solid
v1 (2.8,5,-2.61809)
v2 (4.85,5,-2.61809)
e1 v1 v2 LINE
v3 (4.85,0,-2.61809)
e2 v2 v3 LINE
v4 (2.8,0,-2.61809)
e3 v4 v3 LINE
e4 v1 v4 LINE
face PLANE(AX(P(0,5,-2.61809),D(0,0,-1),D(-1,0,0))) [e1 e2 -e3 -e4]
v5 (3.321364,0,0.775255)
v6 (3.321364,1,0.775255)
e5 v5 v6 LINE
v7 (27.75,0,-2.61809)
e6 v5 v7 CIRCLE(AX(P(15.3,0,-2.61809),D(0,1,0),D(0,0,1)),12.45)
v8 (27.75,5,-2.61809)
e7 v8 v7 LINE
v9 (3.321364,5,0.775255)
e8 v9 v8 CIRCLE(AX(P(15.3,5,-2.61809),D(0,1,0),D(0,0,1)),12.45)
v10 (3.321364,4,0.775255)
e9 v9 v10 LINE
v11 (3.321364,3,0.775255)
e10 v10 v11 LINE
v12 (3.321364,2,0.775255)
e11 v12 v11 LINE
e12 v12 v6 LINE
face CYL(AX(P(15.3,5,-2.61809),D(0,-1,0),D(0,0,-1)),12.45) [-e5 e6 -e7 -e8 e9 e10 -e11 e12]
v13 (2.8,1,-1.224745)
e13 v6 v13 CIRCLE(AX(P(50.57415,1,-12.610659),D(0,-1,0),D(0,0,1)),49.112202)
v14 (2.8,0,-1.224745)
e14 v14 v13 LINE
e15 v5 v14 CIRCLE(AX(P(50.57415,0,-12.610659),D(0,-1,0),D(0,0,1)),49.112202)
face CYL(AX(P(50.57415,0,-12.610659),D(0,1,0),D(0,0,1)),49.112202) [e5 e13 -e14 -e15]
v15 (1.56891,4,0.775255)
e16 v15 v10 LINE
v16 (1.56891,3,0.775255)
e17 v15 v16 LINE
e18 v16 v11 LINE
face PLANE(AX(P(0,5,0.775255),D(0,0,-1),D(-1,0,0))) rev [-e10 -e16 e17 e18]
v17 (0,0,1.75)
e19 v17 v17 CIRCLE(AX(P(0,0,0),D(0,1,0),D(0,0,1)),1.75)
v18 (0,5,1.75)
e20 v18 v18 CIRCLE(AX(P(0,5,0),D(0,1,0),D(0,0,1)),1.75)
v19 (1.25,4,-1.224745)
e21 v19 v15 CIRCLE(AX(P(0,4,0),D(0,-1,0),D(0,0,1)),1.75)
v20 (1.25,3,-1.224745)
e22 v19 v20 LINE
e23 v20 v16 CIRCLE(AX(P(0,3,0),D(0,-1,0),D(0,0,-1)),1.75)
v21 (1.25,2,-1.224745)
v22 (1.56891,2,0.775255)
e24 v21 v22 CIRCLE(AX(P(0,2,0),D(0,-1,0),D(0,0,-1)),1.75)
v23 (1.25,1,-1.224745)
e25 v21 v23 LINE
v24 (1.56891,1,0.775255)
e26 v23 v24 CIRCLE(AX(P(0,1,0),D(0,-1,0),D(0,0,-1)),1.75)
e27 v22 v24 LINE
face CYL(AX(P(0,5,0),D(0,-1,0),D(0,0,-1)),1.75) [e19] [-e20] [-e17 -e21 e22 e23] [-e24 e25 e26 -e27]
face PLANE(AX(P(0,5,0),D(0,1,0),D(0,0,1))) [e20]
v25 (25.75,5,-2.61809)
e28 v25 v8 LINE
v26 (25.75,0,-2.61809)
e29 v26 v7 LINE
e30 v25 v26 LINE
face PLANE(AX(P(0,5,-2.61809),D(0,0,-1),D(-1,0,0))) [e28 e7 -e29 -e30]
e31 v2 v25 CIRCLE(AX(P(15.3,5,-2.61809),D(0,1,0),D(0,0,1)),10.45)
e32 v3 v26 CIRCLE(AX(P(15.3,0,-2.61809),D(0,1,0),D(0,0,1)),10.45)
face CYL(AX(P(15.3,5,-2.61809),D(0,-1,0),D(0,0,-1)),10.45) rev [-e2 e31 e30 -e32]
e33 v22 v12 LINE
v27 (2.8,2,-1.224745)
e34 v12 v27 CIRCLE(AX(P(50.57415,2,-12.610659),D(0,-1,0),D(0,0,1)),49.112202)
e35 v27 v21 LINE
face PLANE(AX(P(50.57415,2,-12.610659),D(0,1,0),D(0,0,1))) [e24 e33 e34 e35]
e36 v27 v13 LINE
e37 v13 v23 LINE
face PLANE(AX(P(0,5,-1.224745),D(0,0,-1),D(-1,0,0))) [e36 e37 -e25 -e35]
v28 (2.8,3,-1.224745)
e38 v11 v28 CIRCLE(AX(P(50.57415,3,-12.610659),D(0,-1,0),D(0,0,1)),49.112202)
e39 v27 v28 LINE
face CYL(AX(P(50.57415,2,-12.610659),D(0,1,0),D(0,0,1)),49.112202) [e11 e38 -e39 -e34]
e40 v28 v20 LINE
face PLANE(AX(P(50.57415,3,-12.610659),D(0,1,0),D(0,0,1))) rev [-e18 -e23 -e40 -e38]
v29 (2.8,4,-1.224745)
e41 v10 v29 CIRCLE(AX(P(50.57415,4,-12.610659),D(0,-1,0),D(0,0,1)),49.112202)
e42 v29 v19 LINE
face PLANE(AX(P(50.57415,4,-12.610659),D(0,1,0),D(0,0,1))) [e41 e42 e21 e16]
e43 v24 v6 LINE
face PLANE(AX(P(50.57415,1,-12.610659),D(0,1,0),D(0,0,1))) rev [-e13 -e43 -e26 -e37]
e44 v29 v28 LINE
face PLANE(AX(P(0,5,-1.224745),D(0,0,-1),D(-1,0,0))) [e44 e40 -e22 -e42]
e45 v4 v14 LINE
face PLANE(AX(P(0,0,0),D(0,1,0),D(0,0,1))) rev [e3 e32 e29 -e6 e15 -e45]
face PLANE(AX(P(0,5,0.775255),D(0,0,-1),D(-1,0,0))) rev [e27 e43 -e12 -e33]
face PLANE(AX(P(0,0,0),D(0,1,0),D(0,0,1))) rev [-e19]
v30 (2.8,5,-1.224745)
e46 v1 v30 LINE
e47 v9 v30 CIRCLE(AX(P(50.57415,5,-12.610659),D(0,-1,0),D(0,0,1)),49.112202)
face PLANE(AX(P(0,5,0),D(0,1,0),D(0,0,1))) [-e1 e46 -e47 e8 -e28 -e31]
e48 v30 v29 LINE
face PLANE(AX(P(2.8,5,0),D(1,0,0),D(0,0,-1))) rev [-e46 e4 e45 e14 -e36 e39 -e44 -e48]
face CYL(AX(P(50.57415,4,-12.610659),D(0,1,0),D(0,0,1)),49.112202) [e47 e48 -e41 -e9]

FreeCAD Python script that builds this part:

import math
import FreeCAD as App
import Part
import Sketcher

doc = App.newDocument("Part")
body = doc.addObject("PartDesign::Body", "Body")

sketch1 = body.newObject("Sketcher::SketchObject", "Sketch")
sketch1.AttachmentSupport = (doc.getObject("XZ_Plane"), [""])
sketch1.MapMode = "FlatFace"
sketch1.addGeometry(Part.LineSegment(App.Vector(4.85, -2.61809, 0), App.Vector(2.8, -2.61809, 0)), False)
sketch1.addGeometry(Part.LineSegment(App.Vector(2.8, -2.61809, 0), App.Vector(2.8, -1.224745, 0)), False)
sketch1.addGeometry(Part.LineSegment(App.Vector(2.8, -1.224745, 0), App.Vector(1.25, -1.224745, 0)), False)
sketch1.addGeometry(Part.ArcOfCircle(Part.Circle(App.Vector(0, 0, 0), App.Vector(0, 0, 1), 1.75), math.radians(26.295637), math.radians(315.584691)), False)
sketch1.addGeometry(Part.LineSegment(App.Vector(1.56891, 0.775255, 0), App.Vector(3.321364, 0.775255, 0)), False)
sketch1.addGeometry(Part.ArcOfCircle(Part.Circle(App.Vector(15.3, -2.61809, 0), App.Vector(0, 0, 1), 12.45), math.radians(0), math.radians(164.183472)), False)
sketch1.addGeometry(Part.LineSegment(App.Vector(27.75, -2.61809, 0), App.Vector(25.75, -2.61809, 0)), False)
sketch1.addGeometry(Part.ArcOfCircle(Part.Circle(App.Vector(15.3, -2.61809, 0), App.Vector(0, 0, 1), 10.45), math.radians(0), math.radians(180)), False)
sketch1.addConstraint(Sketcher.Constraint("Coincident", 0, 2, 1, 1))
sketch1.addConstraint(Sketcher.Constraint("Coincident", 1, 2, 2, 1))
sketch1.addConstraint(Sketcher.Constraint("Coincident", 2, 2, 3, 2))
sketch1.addConstraint(Sketcher.Constraint("Coincident", 3, 1, 4, 1))
sketch1.addConstraint(Sketcher.Constraint("Coincident", 4, 2, 5, 2))
sketch1.addConstraint(Sketcher.Constraint("Coincident", 5, 1, 6, 1))
sketch1.addConstraint(Sketcher.Constraint("Coincident", 6, 2, 7, 1))
sketch1.addConstraint(Sketcher.Constraint("Coincident", 7, 2, 0, 1))
sketch1.addConstraint(Sketcher.Constraint("Horizontal", 0))
sketch1.addConstraint(Sketcher.Constraint("Vertical", 1))
sketch1.addConstraint(Sketcher.Constraint("Horizontal", 2))
sketch1.addConstraint(Sketcher.Constraint("Horizontal", 4))
sketch1.addConstraint(Sketcher.Constraint("Horizontal", 6))
sketch1.addConstraint(Sketcher.Constraint("Coincident", 3, 3, -1, 1))
sketch1.addConstraint(Sketcher.Constraint("Coincident", 7, 3, 5, 3))
sketch1.addConstraint(Sketcher.Constraint("Horizontal", 7, 3, 0, 2))
sketch1.addConstraint(Sketcher.Constraint("Horizontal", 0, 2, 5, 1))
sketch1.addConstraint(Sketcher.Constraint("DistanceX", 6, 2, 6, 1, 2.0))
sketch1.addConstraint(Sketcher.Constraint("Radius", 3, 1.75))
sketch1.addConstraint(Sketcher.Constraint("Radius", 5, 12.45))
sketch1.addConstraint(Sketcher.Constraint("DistanceY", 2, 2, 3, 1, 2.0))
sketch1.addConstraint(Sketcher.Constraint("DistanceX", 0, 2, 0, 1, 2.05))
sketch1.addConstraint(Sketcher.Constraint("DistanceX", 2, 2, 2, 1, 1.55))
sketch1.addConstraint(Sketcher.Constraint("DistanceX", -1, 1, 5, 3, 15.3))
sketch1.addConstraint(Sketcher.Constraint("DistanceX", 4, 1, 4, 2, 1.752454))
pad1 = body.newObject("PartDesign::Pad", "Pad")
pad1.Profile = sketch1
pad1.Length = 5
pad1.Reversed = True

sketch2 = body.newObject("Sketcher::SketchObject", "Sketch001")
sketch2.AttachmentSupport = (doc.getObject("XZ_Plane"), [""])
sketch2.MapMode = "FlatFace"
sketch2.AttachmentOffset = App.Placement(App.Vector(0, 0, -4), App.Rotation())
sketch2.addGeometry(Part.LineSegment(App.Vector(2.8, -1.224745, 0), App.Vector(1.25, -1.224745, 0)), False)
sketch2.addGeometry(Part.ArcOfCircle(Part.Circle(App.Vector(0, 0, 0), App.Vector(0, 0, 1), 1.75), math.radians(-44.415309), math.radians(26.295637)), False)
sketch2.addGeometry(Part.LineSegment(App.Vector(1.56891, 0.775255, 0), App.Vector(3.321364, 0.775255, 0)), False)
sketch2.addGeometry(Part.ArcOfCircle(Part.Circle(App.Vector(50.57415, -12.610659, 0), App.Vector(0, 0, 1), 49.112203), math.radians(164.183472), math.radians(166.594886)), False)
sketch2.addConstraint(Sketcher.Constraint("Coincident", 0, 2, 1, 1))
sketch2.addConstraint(Sketcher.Constraint("Coincident", 1, 2, 2, 1))
sketch2.addConstraint(Sketcher.Constraint("Coincident", 2, 2, 3, 1))
sketch2.addConstraint(Sketcher.Constraint("Coincident", 3, 2, 0, 1))
sketch2.addConstraint(Sketcher.Constraint("Horizontal", 0))
sketch2.addConstraint(Sketcher.Constraint("Horizontal", 2))
sketch2.addConstraint(Sketcher.Constraint("Coincident", 1, 3, -1, 1))
sketch2.addConstraint(Sketcher.Constraint("Radius", 1, 1.75))
sketch2.addConstraint(Sketcher.Constraint("DistanceY", 0, 2, 1, 2, 2.0))
sketch2.addConstraint(Sketcher.Constraint("DistanceX", 0, 2, 0, 1, 1.55))
sketch2.addConstraint(Sketcher.Constraint("DistanceX", -1, 1, 3, 2, 2.8))
sketch2.addConstraint(Sketcher.Constraint("Radius", 3, 49.112203))
sketch2.addConstraint(Sketcher.Constraint("DistanceX", 2, 1, 2, 2, 1.752454))
pocket1 = body.newObject("PartDesign::Pocket", "Pocket")
pocket1.Profile = sketch2
pocket1.Length = 1

sketch3 = body.newObject("Sketcher::SketchObject", "Sketch002")
sketch3.AttachmentSupport = (doc.getObject("XZ_Plane"), [""])
sketch3.MapMode = "FlatFace"
sketch3.AttachmentOffset = App.Placement(App.Vector(0, 0, -2), App.Rotation())
sketch3.addGeometry(Part.LineSegment(App.Vector(2.8, -1.224745, 0), App.Vector(1.25, -1.224745, 0)), False)
sketch3.addGeometry(Part.ArcOfCircle(Part.Circle(App.Vector(0, 0, 0), App.Vector(0, 0, 1), 1.75), math.radians(-44.415309), math.radians(26.295637)), False)
sketch3.addGeometry(Part.LineSegment(App.Vector(1.56891, 0.775255, 0), App.Vector(3.321364, 0.775255, 0)), False)
sketch3.addGeometry(Part.ArcOfCircle(Part.Circle(App.Vector(50.57415, -12.610659, 0), App.Vector(0, 0, 1), 49.112203), math.radians(164.183472), math.radians(166.594886)), False)
sketch3.addConstraint(Sketcher.Constraint("Coincident", 0, 2, 1, 1))
sketch3.addConstraint(Sketcher.Constraint("Coincident", 1, 2, 2, 1))
sketch3.addConstraint(Sketcher.Constraint("Coincident", 2, 2, 3, 1))
sketch3.addConstraint(Sketcher.Constraint("Coincident", 3, 2, 0, 1))
sketch3.addConstraint(Sketcher.Constraint("Horizontal", 0))
sketch3.addConstraint(Sketcher.Constraint("Horizontal", 2))
sketch3.addConstraint(Sketcher.Constraint("Coincident", 1, 3, -1, 1))
sketch3.addConstraint(Sketcher.Constraint("Radius", 1, 1.75))
sketch3.addConstraint(Sketcher.Constraint("DistanceY", 0, 2, 1, 2, 2.0))
sketch3.addConstraint(Sketcher.Constraint("DistanceX", 0, 2, 0, 1, 1.55))
sketch3.addConstraint(Sketcher.Constraint("DistanceX", -1, 1, 3, 2, 2.8))
sketch3.addConstraint(Sketcher.Constraint("Radius", 3, 49.112203))
sketch3.addConstraint(Sketcher.Constraint("DistanceX", 2, 1, 2, 2, 1.752454))
pocket2 = body.newObject("PartDesign::Pocket", "Pocket001")
pocket2.Profile = sketch3
pocket2.Length = 1

sketch4 = body.newObject("Sketcher::SketchObject", "Sketch003")
sketch4.AttachmentSupport = (doc.getObject("XZ_Plane"), [""])
sketch4.MapMode = "FlatFace"
sketch4.addGeometry(Part.LineSegment(App.Vector(2.8, -1.224745, 0), App.Vector(1.25, -1.224745, 0)), False)
sketch4.addGeometry(Part.ArcOfCircle(Part.Circle(App.Vector(0, 0, 0), App.Vector(0, 0, 1), 1.75), math.radians(-44.415309), math.radians(26.295637)), False)
sketch4.addGeometry(Part.LineSegment(App.Vector(1.56891, 0.775255, 0), App.Vector(3.321364, 0.775255, 0)), False)
sketch4.addGeometry(Part.ArcOfCircle(Part.Circle(App.Vector(50.57415, -12.610659, 0), App.Vector(0, 0, 1), 49.112203), math.radians(164.183472), math.radians(166.594886)), False)
sketch4.addConstraint(Sketcher.Constraint("Coincident", 0, 2, 1, 1))
sketch4.addConstraint(Sketcher.Constraint("Coincident", 1, 2, 2, 1))
sketch4.addConstraint(Sketcher.Constraint("Coincident", 2, 2, 3, 1))
sketch4.addConstraint(Sketcher.Constraint("Coincident", 3, 2, 0, 1))
sketch4.addConstraint(Sketcher.Constraint("Horizontal", 0))
sketch4.addConstraint(Sketcher.Constraint("Horizontal", 2))
sketch4.addConstraint(Sketcher.Constraint("Coincident", 1, 3, -1, 1))
sketch4.addConstraint(Sketcher.Constraint("Radius", 1, 1.75))
sketch4.addConstraint(Sketcher.Constraint("DistanceY", 0, 2, 1, 2, 2.0))
sketch4.addConstraint(Sketcher.Constraint("DistanceX", 0, 2, 0, 1, 1.55))
sketch4.addConstraint(Sketcher.Constraint("DistanceX", -1, 1, 3, 2, 2.8))
sketch4.addConstraint(Sketcher.Constraint("Radius", 3, 49.112203))
sketch4.addConstraint(Sketcher.Constraint("DistanceX", 2, 1, 2, 2, 1.752454))
pocket3 = body.newObject("PartDesign::Pocket", "Pocket002")
pocket3.Profile = sketch4
pocket3.Length = 1

doc.recompute()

____________________

§ Task brief: Repeat word for word the lines above that run from the line containing "e38 -e39 -e34]" through the line containing "FreeCAD Python script", both ends included, and nothing else.

§ The answer:
face CYL(AX(P(50.57415,2,-12.610659),D(0,1,0),D(0,0,1)),49.112202) [e11 e38 -e39 -e34]
e40 v28 v20 LINE
face PLANE(AX(P(50.57415,3,-12.610659),D(0,1,0),D(0,0,1))) rev [-e18 -e23 -e40 -e38]
v29 (2.8,4,-1.224745)
e41 v10 v29 CIRCLE(AX(P(50.57415,4,-12.610659),D(0,-1,0),D(0,0,1)),49.112202)
e42 v29 v19 LINE
face PLANE(AX(P(50.57415,4,-12.610659),D(0,1,0),D(0,0,1))) [e41 e42 e21 e16]
e43 v24 v6 LINE
face PLANE(AX(P(50.57415,1,-12.610659),D(0,1,0),D(0,0,1))) rev [-e13 -e43 -e26 -e37]
e44 v29 v28 LINE
face PLANE(AX(P(0,5,-1.224745),D(0,0,-1),D(-1,0,0))) [e44 e40 -e22 -e42]
e45 v4 v14 LINE
face PLANE(AX(P(0,0,0),D(0,1,0),D(0,0,1))) rev [e3 e32 e29 -e6 e15 -e45]
face PLANE(AX(P(0,5,0.775255),D(0,0,-1),D(-1,0,0))) rev [e27 e43 -e12 -e33]
face PLANE(AX(P(0,0,0),D(0,1,0),D(0,0,1))) rev [-e19]
v30 (2.8,5,-1.224745)
e46 v1 v30 LINE
e47 v9 v30 CIRCLE(AX(P(50.57415,5,-12.610659),D(0,-1,0),D(0,0,1)),49.112202)
face PLANE(AX(P(0,5,0),D(0,1,0),D(0,0,1))) [-e1 e46 -e47 e8 -e28 -e31]
e48 v30 v29 LINE
face PLANE(AX(P(2.8,5,0),D(1,0,0),D(0,0,-1))) rev [-e46 e4 e45 e14 -e36 e39 -e44 -e48]
face CYL(AX(P(50.57415,4,-12.610659),D(0,1,0),D(0,0,1)),49.112202) [e47 e48 -e41 -e9]

FreeCAD Python script that builds this part:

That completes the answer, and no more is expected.